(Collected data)
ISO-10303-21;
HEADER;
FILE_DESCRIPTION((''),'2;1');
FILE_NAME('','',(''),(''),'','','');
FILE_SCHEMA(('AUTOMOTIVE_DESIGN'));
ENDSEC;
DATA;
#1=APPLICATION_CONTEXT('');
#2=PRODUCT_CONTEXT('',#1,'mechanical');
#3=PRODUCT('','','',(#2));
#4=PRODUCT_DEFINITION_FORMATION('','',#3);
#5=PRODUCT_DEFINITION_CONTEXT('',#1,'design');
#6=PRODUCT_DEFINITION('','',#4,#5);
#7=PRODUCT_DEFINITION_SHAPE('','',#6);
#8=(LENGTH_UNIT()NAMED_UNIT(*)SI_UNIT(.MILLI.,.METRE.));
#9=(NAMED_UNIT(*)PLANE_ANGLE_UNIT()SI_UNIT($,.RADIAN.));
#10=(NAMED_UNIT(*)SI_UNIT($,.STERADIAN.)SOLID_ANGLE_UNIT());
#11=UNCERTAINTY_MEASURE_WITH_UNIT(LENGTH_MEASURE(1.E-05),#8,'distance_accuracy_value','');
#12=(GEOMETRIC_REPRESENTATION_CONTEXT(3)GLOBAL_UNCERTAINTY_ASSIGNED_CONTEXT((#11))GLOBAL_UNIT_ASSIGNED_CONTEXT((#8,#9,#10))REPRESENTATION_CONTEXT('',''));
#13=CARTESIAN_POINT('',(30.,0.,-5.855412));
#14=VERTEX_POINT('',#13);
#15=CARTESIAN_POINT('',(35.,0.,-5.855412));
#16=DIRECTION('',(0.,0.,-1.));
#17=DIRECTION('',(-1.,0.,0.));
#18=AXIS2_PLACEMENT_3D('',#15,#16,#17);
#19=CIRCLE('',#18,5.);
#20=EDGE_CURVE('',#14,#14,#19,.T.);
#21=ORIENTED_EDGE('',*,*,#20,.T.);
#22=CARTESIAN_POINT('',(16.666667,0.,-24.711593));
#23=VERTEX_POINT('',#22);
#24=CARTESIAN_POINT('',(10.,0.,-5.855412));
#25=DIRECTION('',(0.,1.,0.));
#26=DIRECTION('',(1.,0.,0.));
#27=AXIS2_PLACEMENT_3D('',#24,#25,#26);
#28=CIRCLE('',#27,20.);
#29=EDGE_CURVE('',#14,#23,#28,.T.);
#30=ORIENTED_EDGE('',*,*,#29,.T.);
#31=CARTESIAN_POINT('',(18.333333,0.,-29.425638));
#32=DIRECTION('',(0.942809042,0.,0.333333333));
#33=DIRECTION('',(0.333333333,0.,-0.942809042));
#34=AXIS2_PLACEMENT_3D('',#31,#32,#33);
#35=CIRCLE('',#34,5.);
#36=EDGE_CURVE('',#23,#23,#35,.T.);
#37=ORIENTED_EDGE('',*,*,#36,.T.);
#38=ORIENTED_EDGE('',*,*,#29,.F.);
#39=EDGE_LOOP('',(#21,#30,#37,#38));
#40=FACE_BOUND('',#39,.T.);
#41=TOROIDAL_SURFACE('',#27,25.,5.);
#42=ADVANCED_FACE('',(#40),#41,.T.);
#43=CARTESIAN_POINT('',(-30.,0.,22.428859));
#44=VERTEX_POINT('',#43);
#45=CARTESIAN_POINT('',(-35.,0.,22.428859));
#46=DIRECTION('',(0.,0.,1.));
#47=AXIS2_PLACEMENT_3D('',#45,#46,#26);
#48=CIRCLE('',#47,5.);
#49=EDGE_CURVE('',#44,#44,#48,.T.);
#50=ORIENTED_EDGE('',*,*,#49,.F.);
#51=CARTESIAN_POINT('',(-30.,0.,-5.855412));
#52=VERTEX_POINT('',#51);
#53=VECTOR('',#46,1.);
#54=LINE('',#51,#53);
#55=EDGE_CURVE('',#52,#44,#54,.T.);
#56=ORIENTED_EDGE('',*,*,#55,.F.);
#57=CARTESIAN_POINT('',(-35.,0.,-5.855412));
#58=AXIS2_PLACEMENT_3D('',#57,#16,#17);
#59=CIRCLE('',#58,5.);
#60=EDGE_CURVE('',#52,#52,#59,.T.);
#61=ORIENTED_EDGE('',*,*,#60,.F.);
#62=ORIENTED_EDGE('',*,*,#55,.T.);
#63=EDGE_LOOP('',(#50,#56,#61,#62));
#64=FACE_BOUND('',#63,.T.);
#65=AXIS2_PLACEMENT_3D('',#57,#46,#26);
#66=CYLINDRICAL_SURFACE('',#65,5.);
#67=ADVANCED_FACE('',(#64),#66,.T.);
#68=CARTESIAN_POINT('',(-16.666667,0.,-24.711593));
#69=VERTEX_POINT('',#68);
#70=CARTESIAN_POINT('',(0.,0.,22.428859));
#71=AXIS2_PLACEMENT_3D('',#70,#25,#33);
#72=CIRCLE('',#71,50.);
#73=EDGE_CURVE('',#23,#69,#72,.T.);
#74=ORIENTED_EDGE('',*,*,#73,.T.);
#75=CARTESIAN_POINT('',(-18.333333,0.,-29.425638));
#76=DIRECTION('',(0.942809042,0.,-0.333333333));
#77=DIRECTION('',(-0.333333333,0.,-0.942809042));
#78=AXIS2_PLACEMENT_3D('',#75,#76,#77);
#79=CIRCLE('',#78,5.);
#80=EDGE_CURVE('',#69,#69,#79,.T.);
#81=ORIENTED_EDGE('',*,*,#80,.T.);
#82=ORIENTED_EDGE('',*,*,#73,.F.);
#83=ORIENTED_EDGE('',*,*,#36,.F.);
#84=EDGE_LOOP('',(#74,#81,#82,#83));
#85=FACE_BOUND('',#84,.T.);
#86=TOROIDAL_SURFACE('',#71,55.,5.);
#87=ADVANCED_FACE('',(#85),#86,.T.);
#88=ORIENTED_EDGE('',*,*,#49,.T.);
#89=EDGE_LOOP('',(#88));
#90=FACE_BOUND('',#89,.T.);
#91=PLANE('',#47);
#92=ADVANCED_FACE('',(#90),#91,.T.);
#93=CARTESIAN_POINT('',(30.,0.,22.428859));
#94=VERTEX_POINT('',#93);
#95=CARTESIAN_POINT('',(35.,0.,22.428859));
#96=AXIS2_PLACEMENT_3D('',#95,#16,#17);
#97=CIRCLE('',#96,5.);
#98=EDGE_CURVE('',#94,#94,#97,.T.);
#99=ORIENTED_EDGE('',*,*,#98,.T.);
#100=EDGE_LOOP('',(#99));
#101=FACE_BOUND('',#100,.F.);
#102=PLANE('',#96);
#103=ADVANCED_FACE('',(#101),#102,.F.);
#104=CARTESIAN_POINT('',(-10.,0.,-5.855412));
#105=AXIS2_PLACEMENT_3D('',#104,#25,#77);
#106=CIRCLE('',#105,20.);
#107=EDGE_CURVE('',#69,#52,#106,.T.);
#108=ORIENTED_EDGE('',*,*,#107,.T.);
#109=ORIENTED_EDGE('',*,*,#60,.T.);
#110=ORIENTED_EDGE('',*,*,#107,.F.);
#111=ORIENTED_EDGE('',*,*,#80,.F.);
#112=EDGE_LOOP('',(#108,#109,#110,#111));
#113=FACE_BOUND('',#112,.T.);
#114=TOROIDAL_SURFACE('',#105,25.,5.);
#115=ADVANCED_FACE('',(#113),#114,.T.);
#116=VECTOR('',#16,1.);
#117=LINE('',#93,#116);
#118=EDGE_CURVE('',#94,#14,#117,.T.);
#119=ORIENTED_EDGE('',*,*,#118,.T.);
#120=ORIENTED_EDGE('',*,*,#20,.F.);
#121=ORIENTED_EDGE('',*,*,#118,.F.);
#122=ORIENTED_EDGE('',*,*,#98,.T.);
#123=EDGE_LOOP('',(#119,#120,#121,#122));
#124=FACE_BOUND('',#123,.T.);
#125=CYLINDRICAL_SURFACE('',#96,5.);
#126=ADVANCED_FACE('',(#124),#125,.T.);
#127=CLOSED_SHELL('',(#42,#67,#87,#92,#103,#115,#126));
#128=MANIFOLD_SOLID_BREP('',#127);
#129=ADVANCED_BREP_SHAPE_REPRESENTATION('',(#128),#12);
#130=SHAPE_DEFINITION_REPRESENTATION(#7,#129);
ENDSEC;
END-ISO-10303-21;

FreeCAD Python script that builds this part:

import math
import FreeCAD as App
import Part
import Sketcher
Q = App.Units.Quantity

doc = App.newDocument("Part")
body = doc.addObject("PartDesign::Body", "Body")

# Sketch on XY plane
sketch1 = body.newObject("Sketcher::SketchObject", "Sketch")
sketch1.AttachmentSupport = (doc.getObject("XY_Plane"), [""])
sketch1.MapMode = "FlatFace"
sketch1.AttachmentOffset = App.Placement(App.Vector(0, 0, 22.428859), App.Rotation())
sketch1.addGeometry(Part.Circle(App.Vector(-35, 0, 0), App.Vector(0, 0, 1), 5), False)
sketch1.addConstraint(Sketcher.Constraint("PointOnObject", 0, 3, -1))
sketch1.addConstraint(Sketcher.Constraint("Diameter", 0, Q("10 mm")))
sketch1.addConstraint(Sketcher.Constraint("DistanceX", 0, 3, -1, 1, Q("35 mm")))

# Sketch on XZ plane
sketch2 = body.newObject("Sketcher::SketchObject", "Sketch001")
sketch2.AttachmentSupport = (doc.getObject("XZ_Plane"), [""])
sketch2.MapMode = "FlatFace"
sketch2.addGeometry(Part.LineSegment(App.Vector(35, 22, 0), App.Vector(35, -6, 0)), False)
sketch2.addGeometry(Part.ArcOfCircle(Part.Circle(App.Vector(10, -6, 0), App.Vector(0, 0, 1), 25), math.radians(-71), math.radians(0)), False)
sketch2.addGeometry(Part.ArcOfCircle(Part.Circle(App.Vector(0, 22, 0), App.Vector(0, 0, 1), 55), math.radians(-109), math.radians(-71)), False)
sketch2.addGeometry(Part.ArcOfCircle(Part.Circle(App.Vector(-10, -6, 0), App.Vector(0, 0, 1), 25), math.radians(180), math.radians(251)), False)
sketch2.addGeometry(Part.LineSegment(App.Vector(-35, -6, 0), App.Vector(-35, 22, 0)), False)
sketch2.addConstraint(Sketcher.Constraint("Tangent", 0, 2, 1, 2))
sketch2.addConstraint(Sketcher.Constraint("Tangent", 1, 1, 2, 2))
sketch2.addConstraint(Sketcher.Constraint("Tangent", 2, 1, 3, 2))
sketch2.addConstraint(Sketcher.Constraint("Tangent", 3, 1, 4, 1))
sketch2.addConstraint(Sketcher.Constraint("Vertical", 0))
sketch2.addConstraint(Sketcher.Constraint("Vertical", 4))
sketch2.addConstraint(Sketcher.Constraint("Equal", 1, 3))
sketch2.addConstraint(Sketcher.Constraint("Symmetric", 1, 3, 3, 3, -2))
sketch2.addConstraint(Sketcher.Constraint("Horizontal", 2, 3, 0, 1))
sketch2.addConstraint(Sketcher.Constraint("Horizontal", 0, 1, 4, 2))
sketch2.addConstraint(Sketcher.Constraint("Radius", 1, Q("25 mm")))
sketch2.addConstraint(Sketcher.Constraint("Radius", 2, Q("55 mm")))
sketch2.addConstraint(Sketcher.Constraint("DistanceX", -1, 1, 1, 3, Q("10 mm")))
sketch2.addConstraint(Sketcher.Constraint("DistanceY", 1, 3, -1, 1, Q("5.855412 mm")))
doc.recompute()

additivepipe = body.newObject("PartDesign::AdditivePipe", "AdditivePipe")
additivepipe.Profile = sketch1
additivepipe.Spine = (sketch2, ["Edge1", "Edge2", "Edge3", "Edge4", "Edge5"])

doc.recompute()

* Task instructions *
Begin at the line that has "#91=PLANE('',#47);" in the entries above; stop after the line that has "FreeCAD Python script". Transcribe exactly those lines and no others.

* Response *
#91=PLANE('',#47);
#92=ADVANCED_FACE('',(#90),#91,.T.);
#93=CARTESIAN_POINT('',(30.,0.,22.428859));
#94=VERTEX_POINT('',#93);
#95=CARTESIAN_POINT('',(35.,0.,22.428859));
#96=AXIS2_PLACEMENT_3D('',#95,#16,#17);
#97=CIRCLE('',#96,5.);
#98=EDGE_CURVE('',#94,#94,#97,.T.);
#99=ORIENTED_EDGE('',*,*,#98,.T.);
#100=EDGE_LOOP('',(#99));
#101=FACE_BOUND('',#100,.F.);
#102=PLANE('',#96);
#103=ADVANCED_FACE('',(#101),#102,.F.);
#104=CARTESIAN_POINT('',(-10.,0.,-5.855412));
#105=AXIS2_PLACEMENT_3D('',#104,#25,#77);
#106=CIRCLE('',#105,20.);
#107=EDGE_CURVE('',#69,#52,#106,.T.);
#108=ORIENTED_EDGE('',*,*,#107,.T.);
#109=ORIENTED_EDGE('',*,*,#60,.T.);
#110=ORIENTED_EDGE('',*,*,#107,.F.);
#111=ORIENTED_EDGE('',*,*,#80,.F.);
#112=EDGE_LOOP('',(#108,#109,#110,#111));
#113=FACE_BOUND('',#112,.T.);
#114=TOROIDAL_SURFACE('',#105,25.,5.);
#115=ADVANCED_FACE('',(#113),#114,.T.);
#116=VECTOR('',#16,1.);
#117=LINE('',#93,#116);
#118=EDGE_CURVE('',#94,#14,#117,.T.);
#119=ORIENTED_EDGE('',*,*,#118,.T.);
#120=ORIENTED_EDGE('',*,*,#20,.F.);
#121=ORIENTED_EDGE('',*,*,#118,.F.);
#122=ORIENTED_EDGE('',*,*,#98,.T.);
#123=EDGE_LOOP('',(#119,#120,#121,#122));
#124=FACE_BOUND('',#123,.T.);
#125=CYLINDRICAL_SURFACE('',#96,5.);
#126=ADVANCED_FACE('',(#124),#125,.T.);
#127=CLOSED_SHELL('',(#42,#67,#87,#92,#103,#115,#126));
#128=MANIFOLD_SOLID_BREP('',#127);
#129=ADVANCED_BREP_SHAPE_REPRESENTATION('',(#128),#12);
#130=SHAPE_DEFINITION_REPRESENTATION(#7,#129);
ENDSEC;
END-ISO-10303-21;

FreeCAD Python script that builds this part:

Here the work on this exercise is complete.